Opmerkend bovendien dat stoichiometrie de wetten behandelt volgens welke stoffen samenkomen om verbindingen te vormen. Het onderzoek van Richter werd echter bekritiseerd vanwege de wiskundige behandeling die hij gebruikte, en hij wees erop dat hij zijn resultaten aanpaste.

In 1802 publiceerde Ernst Gottfried Fischer de eerste tabel van chemische equivalenten, die zwavelzuur met een waarde van 1000 gebruikte; vergelijkbaar met de waarde gevonden door Richter, voor de neutralisatie van zwavelzuur door magnesia.

Er is echter op gewezen dat Richter een tabel met combinatiegewichten heeft opgesteld die de verhouding aangeeft waarin een aantal verbindingen hebben gereageerd. Er wordt bijvoorbeeld aangegeven dat 859 delen NaOH 712 delen HNO neutraliseren3.

Verklaringen en consequenties

De verklaring van de wet van Richter-Wenzel luidt als volgt: de massa's van twee verschillende elementen die combineren met dezelfde hoeveelheid van een derde element, behouden dezelfde relatie als de massa's van die elementen wanneer ze met elkaar worden gecombineerd.

Deze wet staat toe dat het equivalentgewicht, of gram-equivalentgewicht, wordt vastgesteld als de hoeveelheid van een element of verbinding die zal reageren met een vaste hoeveelheid van een referentiestof.

Richter genoemd als combinatiegewichten ten opzichte van de gewichten van de elementen die werden gecombineerd met elke gram waterstof.

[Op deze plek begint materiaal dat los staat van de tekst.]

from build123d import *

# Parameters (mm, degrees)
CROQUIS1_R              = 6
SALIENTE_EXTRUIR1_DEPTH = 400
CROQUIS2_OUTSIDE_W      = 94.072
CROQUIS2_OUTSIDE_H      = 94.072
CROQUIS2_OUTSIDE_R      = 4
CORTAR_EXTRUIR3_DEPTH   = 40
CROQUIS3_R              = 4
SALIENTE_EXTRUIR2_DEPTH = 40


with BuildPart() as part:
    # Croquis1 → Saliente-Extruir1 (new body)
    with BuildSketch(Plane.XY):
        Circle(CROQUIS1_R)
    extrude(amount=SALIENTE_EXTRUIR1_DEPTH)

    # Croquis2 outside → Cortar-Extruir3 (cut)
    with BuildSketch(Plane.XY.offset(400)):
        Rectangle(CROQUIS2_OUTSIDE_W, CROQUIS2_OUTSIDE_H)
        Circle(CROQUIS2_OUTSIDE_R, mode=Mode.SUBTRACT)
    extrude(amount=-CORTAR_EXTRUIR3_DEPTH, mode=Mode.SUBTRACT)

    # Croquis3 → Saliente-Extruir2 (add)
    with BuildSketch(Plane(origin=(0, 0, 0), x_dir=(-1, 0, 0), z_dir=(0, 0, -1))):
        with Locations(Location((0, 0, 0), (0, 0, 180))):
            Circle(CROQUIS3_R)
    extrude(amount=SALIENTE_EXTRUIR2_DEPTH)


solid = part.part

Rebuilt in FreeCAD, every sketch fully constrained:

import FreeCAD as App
import Part
import Sketcher
from FreeCAD import Vector
Q = App.Units.Quantity


def add_polygon(sketch, points):
    """Adds a closed chain of lines whose ends are joined by coincident constraints."""
    first, n = sketch.GeometryCount, len(points)
    for a, b in zip(points, points[1:] + points[:1]):
        sketch.addGeometry(Part.LineSegment(App.Vector(*a, 0), App.Vector(*b, 0)), False)
    for i in range(n):
        sketch.addConstraint(Sketcher.Constraint("Coincident", first + i, 2, first + (i + 1) % n, 1))

doc = App.newDocument("Part")
params = doc.addObject("Spreadsheet::Sheet", "Params")
for row, (alias, value) in enumerate([
    ("sketch1_diameter", "12 mm"),
    ("pad1_length", "400 mm"),
    ("sketch2_diameter", "8 mm"),
    ("pocket1_length", "40 mm"),
    ("sketch3_diameter", "8 mm"),
    ("pad2_length", "40 mm"),
], start=1):
    params.set(f"A{row}", alias)
    params.set(f"B{row}", "=" + value)
    params.setAlias(f"B{row}", alias)

body = doc.addObject("PartDesign::Body", "Body")

# Sketch on XY plane
sketch1 = doc.addObject("Sketcher::SketchObject", "Sketch")
body.addObject(sketch1)
sketch1.AttachmentSupport = (doc.XY_Plane, [""])
sketch1.MapMode = "FlatFace"
sketch1.addGeometry(Part.Circle(Vector(0, 0, 0), Vector(0, 0, 1), 6), False)
sketch1.addConstraint(Sketcher.Constraint("Coincident", 0, 3, -1, 1))
sketch1.addConstraint(Sketcher.Constraint("Diameter", 0, Q("12 mm")))
sketch1.setExpression("Constraints[1]", "Params.sketch1_diameter")
pad1 = doc.addObject("PartDesign::Pad", "Pad")
body.addObject(pad1)
pad1.Profile = sketch1
pad1.setExpression("Length", "Params.pad1_length")

# Sketch on XY plane
sketch2 = doc.addObject("Sketcher::SketchObject", "Sketch001")
body.addObject(sketch2)
sketch2.AttachmentSupport = (doc.XY_Plane, [""])
sketch2.MapMode = "FlatFace"
sketch2.AttachmentOffset = App.Placement(Vector(0, 0, 400), App.Rotation())
add_polygon(sketch2, [(-47, 47), (-47, -47), (47, -47), (47, 47)])  # lines 0-3
sketch2.addGeometry(Part.Circle(Vector(0, 0, 0), Vector(0, 0, 1), 4), False)  # 4
sketch2.addConstraint(Sketcher.Constraint("Vertical", 0))
sketch2.addConstraint(Sketcher.Constraint("Horizontal", 1))
sketch2.addConstraint(Sketcher.Constraint("Vertical", 2))
sketch2.addConstraint(Sketcher.Constraint("Horizontal", 3))
sketch2.addConstraint(Sketcher.Constraint("Coincident", 4, 3, -1, 1))
sketch2.addConstraint(Sketcher.Constraint("Symmetric", 0, 2, 2, 2, -1, 1))
sketch2.addConstraint(Sketcher.Constraint("Equal", 3, 0))
sketch2.addConstraint(Sketcher.Constraint("Diameter", 4, Q("8 mm")))
sketch2.addConstraint(Sketcher.Constraint("DistanceX", 1, 1, 1, 2, Q("94.072 mm")))
sketch2.setExpression("Constraints[11]", "Params.sketch2_diameter")
pocket1 = doc.addObject("PartDesign::Pocket", "Pocket")
body.addObject(pocket1)
pocket1.Profile = sketch2
pocket1.setExpression("Length", "Params.pocket1_length")

# Sketch on XY plane
sketch3 = doc.addObject("Sketcher::SketchObject", "Sketch002")
body.addObject(sketch3)
sketch3.AttachmentSupport = (doc.XY_Plane, [""])
sketch3.MapMode = "FlatFace"
sketch3.addGeometry(Part.Circle(Vector(0, 0, 0), Vector(0, 0, 1), 4), False)
sketch3.addConstraint(Sketcher.Constraint("Coincident", 0, 3, -1, 1))
sketch3.addConstraint(Sketcher.Constraint("Diameter", 0, Q("8 mm")))
sketch3.setExpression("Constraints[1]", "Params.sketch3_diameter")
pad2 = doc.addObject("PartDesign::Pad", "Pad001")
body.addObject(pad2)
pad2.Profile = sketch3
pad2.setExpression("Length", "Params.pad2_length")
pad2.Reversed = True

doc.recompute()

De relatieve combinatiegewichten van Richter komen overeen met wat momenteel bekend staat als het equivalentgewicht van de elementen of verbindingen.

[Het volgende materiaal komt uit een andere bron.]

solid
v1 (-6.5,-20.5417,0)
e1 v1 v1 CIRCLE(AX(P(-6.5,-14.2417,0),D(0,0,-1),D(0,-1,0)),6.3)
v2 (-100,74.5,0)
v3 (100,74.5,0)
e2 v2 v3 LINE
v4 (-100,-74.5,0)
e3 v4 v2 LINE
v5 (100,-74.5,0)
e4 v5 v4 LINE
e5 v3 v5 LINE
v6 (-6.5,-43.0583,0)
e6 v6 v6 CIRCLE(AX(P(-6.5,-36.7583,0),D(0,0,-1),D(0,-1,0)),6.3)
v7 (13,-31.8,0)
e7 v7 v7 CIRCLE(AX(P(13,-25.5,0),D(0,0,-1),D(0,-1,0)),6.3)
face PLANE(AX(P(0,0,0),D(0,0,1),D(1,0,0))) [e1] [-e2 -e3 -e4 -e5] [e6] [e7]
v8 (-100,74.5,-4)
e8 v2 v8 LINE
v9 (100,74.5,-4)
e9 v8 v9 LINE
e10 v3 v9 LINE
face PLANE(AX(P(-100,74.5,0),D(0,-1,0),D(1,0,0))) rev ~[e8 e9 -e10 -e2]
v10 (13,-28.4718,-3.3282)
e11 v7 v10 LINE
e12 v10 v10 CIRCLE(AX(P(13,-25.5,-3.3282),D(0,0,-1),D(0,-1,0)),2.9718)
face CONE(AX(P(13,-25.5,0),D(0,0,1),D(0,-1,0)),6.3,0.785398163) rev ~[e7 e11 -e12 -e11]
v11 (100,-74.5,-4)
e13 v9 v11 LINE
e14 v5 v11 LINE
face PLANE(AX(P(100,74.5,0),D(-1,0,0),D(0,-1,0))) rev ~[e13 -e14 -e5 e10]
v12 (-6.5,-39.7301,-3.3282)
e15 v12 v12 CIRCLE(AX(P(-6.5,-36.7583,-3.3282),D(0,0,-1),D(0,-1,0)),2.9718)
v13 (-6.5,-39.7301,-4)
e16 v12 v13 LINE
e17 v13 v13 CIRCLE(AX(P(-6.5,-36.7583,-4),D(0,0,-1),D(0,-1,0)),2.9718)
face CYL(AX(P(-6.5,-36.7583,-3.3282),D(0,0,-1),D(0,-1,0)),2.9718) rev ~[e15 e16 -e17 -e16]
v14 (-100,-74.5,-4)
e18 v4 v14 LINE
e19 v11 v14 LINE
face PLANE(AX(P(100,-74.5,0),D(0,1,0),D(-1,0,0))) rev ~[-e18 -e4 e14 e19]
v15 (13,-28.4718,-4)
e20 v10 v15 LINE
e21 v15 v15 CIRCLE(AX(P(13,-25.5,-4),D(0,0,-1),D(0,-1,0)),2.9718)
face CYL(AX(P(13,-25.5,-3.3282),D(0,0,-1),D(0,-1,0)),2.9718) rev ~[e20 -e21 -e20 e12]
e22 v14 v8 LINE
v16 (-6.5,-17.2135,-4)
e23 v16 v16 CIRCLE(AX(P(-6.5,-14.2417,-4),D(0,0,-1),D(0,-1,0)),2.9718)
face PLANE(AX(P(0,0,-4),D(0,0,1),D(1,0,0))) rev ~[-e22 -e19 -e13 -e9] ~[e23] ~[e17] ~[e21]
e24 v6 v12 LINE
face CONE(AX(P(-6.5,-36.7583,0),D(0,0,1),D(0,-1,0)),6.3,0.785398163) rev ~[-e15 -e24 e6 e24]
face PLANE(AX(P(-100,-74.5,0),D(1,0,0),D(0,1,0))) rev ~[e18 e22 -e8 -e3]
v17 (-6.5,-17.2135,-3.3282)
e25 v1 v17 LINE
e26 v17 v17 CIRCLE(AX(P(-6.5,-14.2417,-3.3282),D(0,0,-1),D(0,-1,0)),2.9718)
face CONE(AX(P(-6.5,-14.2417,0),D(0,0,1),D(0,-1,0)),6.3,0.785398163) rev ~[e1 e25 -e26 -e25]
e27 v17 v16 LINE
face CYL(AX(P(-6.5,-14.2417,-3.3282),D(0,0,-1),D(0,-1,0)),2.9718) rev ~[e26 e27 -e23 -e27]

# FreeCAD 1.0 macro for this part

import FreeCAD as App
import Part
import Sketcher


def add_polygon(sketch, points):
    """Adds a closed chain of lines whose ends are joined by coincident constraints."""
    first, n = sketch.GeometryCount, len(points)
    for a, b in zip(points, points[1:] + points[:1]):
        sketch.addGeometry(Part.LineSegment(App.Vector(*a, 0), App.Vector(*b, 0)), False)
    for i in range(n):
        sketch.addConstraint(Sketcher.Constraint("Coincident", first + i, 2, first + (i + 1) % n, 1))

doc = App.newDocument("Part")
body = doc.addObject("PartDesign::Body", "Body")

# Sketch on XY plane
sketch1 = doc.addObject("Sketcher::SketchObject", "Sketch")
body.addObject(sketch1)
sketch1.AttachmentSupport = (doc.XY_Plane, [""])
sketch1.MapMode = "FlatFace"
add_polygon(sketch1, [(100, 74.5), (-100, 74.5), (-100, -74.5), (100, -74.5)])  # lines 0-3
sketch1.addConstraint([
    Sketcher.Constraint("Horizontal", 0),
    Sketcher.Constraint("Vertical", 1),
    Sketcher.Constraint("Horizontal", 2),
    Sketcher.Constraint("Vertical", 3),
    Sketcher.Constraint("Symmetric", 0, 2, 2, 2, -1, 1),
    Sketcher.Constraint("DistanceX", 0, 2, 0, 1, 200.0),
    Sketcher.Constraint("DistanceY", 1, 2, 1, 1, 149.0),
])
pad1 = doc.addObject("PartDesign::Pad", "Pad")
body.addObject(pad1)
pad1.Profile = sketch1
pad1.Length = 4
pad1.Reversed = True

# Sketch on XY plane
sketch2 = doc.addObject("Sketcher::SketchObject", "Sketch001")
body.addObject(sketch2)
sketch2.AttachmentSupport = (doc.XY_Plane, [""])
sketch2.MapMode = "FlatFace"
sketch2.addGeometry([
    Part.Circle(App.Vector(13, -25.5, 0), App.Vector(0, 0, 1), 2.9718),
    Part.Circle(App.Vector(-6.5, -14.2417, 0), App.Vector(0, 0, 1), 2.9718),
    Part.Circle(App.Vector(-6.5, -36.7583, 0), App.Vector(0, 0, 1), 2.9718),
], False)
sketch2.addConstraint([
    Sketcher.Constraint("Equal", 0, 1),
    Sketcher.Constraint("Equal", 1, 2),
    Sketcher.Constraint("Vertical", 1, 3, 2, 3),
    Sketcher.Constraint("DistanceX", -1, 1, 0, 3, 13.0),
    Sketcher.Constraint("Diameter", 0, 5.9436),
    Sketcher.Constraint("DistanceY", 0, 3, -1, 1, 25.5),
    Sketcher.Constraint("DistanceX", 1, 3, -1, 1, 6.5),
    Sketcher.Constraint("DistanceY", 1, 3, -1, 1, 14.2417),
    Sketcher.Constraint("DistanceY", 2, 3, -1, 1, 36.7583),
])
doc.recompute()
hole = doc.addObject("PartDesign::Hole", "Hole")
body.addObject(hole)
hole.Profile = sketch2
hole.ThreadType = "None"
hole.Diameter = 5.9436
hole.DepthType = "Dimension"
hole.Depth = 10.65
hole.DrillPoint = "Angled"
hole.DrillPointAngle = 118
hole.HoleCutType = "Countersink"
hole.HoleCutDiameter = 12.6
hole.HoleCutCountersinkAngle = 90

doc.recompute()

In overeenstemming met de vorige benadering kan de wet van Richter-Wenzel als volgt worden geformuleerd:

De combinatiegewichten van verschillende elementen die worden gecombineerd met een gegeven gewicht van een gegeven element zijn de relatieve combinatiegewichten van die elementen wanneer ze met elkaar worden gecombineerd, of veelvouden of submultipels van deze hoeveelheden verhoudingen.

Voorbeelden

Calciumchloride

In calciumoxide (CaO) wordt 40 g calcium gecombineerd met 16 g zuurstof (O). Ondertussen, in hypochlorous oxide (Cl2O), wordt 71 g chloor gecombineerd met 16 g zuurstof. Welke verbinding zou calcium vormen als het werd gecombineerd met chloor?

Zich herhalend naar de driehoek van wederkerigheid, is zuurstof het gemeenschappelijke element voor de twee verbindingen. De massa-verhoudingen van de twee geoxygeneerde verbindingen worden eerst bepaald:

40 g Ca / 16 gO = 5 g Ca / 2 g O

71 g Cl / 16 g O

En nu de verdeling van de twee massabedragen van CaO en Cl2Of we zullen hebben:

(5 g Ca / 2 g O) / (71 g Cl / 16 g O) = 80 g Ca / 142 g Cl = 40 g Ca / 71 g Cl

Merk op dat aan de wet van massale verhoudingen wordt voldaan: 40 g calcium reageren met 71 g chloor.

Zwaveloxiden

Zuurstof en zwavel reageren met koper om respectievelijk koperoxide (CuO) en kopersulfide (CuS) te geven. Hoeveel zwavel zou reageren met zuurstof?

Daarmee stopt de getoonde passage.